### [Available records]
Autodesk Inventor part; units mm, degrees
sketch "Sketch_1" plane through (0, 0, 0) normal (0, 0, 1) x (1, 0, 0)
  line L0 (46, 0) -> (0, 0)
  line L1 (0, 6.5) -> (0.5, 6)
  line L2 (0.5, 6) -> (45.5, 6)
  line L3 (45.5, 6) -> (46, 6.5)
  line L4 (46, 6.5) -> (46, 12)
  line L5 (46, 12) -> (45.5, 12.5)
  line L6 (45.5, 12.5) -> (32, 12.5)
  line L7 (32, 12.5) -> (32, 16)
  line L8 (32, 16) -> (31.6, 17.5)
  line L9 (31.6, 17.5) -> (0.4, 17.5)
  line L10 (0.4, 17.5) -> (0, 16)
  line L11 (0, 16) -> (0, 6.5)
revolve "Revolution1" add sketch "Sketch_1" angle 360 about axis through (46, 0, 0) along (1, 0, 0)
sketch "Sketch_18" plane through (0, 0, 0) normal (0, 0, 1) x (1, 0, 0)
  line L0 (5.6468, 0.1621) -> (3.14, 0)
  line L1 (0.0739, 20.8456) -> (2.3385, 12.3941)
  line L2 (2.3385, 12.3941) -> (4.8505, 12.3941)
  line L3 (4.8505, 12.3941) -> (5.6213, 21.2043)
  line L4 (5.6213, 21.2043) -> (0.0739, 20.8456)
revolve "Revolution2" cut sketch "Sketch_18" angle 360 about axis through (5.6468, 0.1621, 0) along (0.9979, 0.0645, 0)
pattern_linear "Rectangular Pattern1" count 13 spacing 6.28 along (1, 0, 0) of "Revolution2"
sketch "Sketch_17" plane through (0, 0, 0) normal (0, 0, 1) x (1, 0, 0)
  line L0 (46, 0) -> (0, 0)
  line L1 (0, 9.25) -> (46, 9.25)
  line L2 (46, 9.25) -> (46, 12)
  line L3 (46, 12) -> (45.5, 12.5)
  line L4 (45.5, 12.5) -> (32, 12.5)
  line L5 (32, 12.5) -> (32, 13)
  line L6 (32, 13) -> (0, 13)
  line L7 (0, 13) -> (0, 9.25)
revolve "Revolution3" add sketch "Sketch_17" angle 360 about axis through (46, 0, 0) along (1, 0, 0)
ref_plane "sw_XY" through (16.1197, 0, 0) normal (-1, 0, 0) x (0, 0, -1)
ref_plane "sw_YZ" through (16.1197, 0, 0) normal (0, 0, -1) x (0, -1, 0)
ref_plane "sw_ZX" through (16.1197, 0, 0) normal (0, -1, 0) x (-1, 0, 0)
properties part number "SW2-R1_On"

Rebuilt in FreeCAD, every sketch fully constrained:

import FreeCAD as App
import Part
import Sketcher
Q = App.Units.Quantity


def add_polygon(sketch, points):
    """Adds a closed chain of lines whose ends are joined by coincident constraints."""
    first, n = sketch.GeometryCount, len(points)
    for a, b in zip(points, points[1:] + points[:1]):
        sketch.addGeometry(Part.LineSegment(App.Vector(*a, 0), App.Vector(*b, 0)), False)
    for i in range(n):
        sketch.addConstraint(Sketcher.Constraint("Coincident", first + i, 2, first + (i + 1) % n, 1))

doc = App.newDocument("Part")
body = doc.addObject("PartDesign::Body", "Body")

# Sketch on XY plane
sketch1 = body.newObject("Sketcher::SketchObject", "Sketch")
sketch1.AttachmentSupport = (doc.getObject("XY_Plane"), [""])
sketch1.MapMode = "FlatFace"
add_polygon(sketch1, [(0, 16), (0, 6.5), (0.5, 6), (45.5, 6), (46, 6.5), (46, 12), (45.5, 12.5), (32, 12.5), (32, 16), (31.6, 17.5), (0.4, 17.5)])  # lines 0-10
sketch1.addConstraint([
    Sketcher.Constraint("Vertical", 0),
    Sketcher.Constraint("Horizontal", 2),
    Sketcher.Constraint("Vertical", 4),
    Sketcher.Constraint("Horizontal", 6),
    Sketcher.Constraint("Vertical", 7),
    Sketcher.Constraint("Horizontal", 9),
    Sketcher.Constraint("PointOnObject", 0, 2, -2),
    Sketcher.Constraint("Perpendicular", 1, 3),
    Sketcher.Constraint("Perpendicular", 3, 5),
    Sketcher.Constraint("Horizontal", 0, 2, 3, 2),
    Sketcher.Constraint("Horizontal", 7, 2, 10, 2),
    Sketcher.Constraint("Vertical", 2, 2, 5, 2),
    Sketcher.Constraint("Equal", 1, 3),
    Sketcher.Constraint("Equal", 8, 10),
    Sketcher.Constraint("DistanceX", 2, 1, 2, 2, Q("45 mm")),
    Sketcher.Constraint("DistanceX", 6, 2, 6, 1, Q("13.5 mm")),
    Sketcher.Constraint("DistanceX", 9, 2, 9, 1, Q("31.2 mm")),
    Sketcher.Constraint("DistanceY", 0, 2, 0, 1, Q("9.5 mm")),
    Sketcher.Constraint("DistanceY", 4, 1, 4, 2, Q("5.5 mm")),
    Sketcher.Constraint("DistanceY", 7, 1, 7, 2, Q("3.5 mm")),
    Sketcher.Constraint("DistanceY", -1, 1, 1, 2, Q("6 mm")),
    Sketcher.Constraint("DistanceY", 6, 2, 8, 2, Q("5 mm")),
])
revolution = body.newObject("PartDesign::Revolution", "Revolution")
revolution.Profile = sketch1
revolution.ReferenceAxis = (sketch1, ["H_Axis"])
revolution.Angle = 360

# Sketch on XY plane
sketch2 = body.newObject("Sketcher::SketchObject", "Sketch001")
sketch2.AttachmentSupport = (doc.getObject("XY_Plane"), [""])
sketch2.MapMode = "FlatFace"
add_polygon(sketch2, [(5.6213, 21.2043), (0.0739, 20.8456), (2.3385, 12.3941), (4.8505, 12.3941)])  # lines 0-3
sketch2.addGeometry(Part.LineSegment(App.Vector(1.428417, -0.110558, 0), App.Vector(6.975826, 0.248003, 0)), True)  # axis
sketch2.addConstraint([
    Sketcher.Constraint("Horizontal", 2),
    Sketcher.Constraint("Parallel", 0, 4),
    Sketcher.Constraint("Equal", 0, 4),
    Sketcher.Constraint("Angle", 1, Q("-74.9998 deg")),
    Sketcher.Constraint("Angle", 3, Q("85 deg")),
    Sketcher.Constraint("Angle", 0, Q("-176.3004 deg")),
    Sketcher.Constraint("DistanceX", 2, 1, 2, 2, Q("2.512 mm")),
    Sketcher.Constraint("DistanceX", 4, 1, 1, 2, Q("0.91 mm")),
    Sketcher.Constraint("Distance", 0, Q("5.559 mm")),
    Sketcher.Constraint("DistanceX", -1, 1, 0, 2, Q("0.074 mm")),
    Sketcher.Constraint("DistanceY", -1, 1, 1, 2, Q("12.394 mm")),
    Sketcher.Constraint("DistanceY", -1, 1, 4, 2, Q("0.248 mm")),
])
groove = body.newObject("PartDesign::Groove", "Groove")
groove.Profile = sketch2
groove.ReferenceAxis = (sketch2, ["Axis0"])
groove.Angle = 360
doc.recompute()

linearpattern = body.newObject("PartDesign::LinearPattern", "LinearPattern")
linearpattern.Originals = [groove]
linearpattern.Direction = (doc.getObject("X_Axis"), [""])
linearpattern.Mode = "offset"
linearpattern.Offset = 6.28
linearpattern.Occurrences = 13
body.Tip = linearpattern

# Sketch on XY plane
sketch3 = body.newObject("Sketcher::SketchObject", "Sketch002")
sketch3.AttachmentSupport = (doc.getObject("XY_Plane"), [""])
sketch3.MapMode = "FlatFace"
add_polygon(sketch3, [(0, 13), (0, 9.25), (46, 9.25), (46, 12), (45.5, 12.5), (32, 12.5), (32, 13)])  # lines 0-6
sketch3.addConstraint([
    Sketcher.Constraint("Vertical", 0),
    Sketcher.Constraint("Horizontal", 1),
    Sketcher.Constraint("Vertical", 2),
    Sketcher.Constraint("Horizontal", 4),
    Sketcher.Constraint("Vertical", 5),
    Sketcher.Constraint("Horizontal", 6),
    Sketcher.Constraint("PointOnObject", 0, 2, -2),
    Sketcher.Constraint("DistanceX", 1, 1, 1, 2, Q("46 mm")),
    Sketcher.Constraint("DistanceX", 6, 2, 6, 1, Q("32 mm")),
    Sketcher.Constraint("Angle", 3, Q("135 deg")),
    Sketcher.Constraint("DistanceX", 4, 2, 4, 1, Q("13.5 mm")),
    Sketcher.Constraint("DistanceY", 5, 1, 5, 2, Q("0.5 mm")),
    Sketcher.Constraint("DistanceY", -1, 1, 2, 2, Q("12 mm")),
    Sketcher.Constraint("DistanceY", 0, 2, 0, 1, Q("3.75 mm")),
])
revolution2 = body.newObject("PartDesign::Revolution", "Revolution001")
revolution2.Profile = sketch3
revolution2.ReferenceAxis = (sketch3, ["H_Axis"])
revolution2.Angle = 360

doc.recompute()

### [Exercise brief]
Return the number of lines containing the word "revolve" in these records, with no additional output.

### [Your response]
3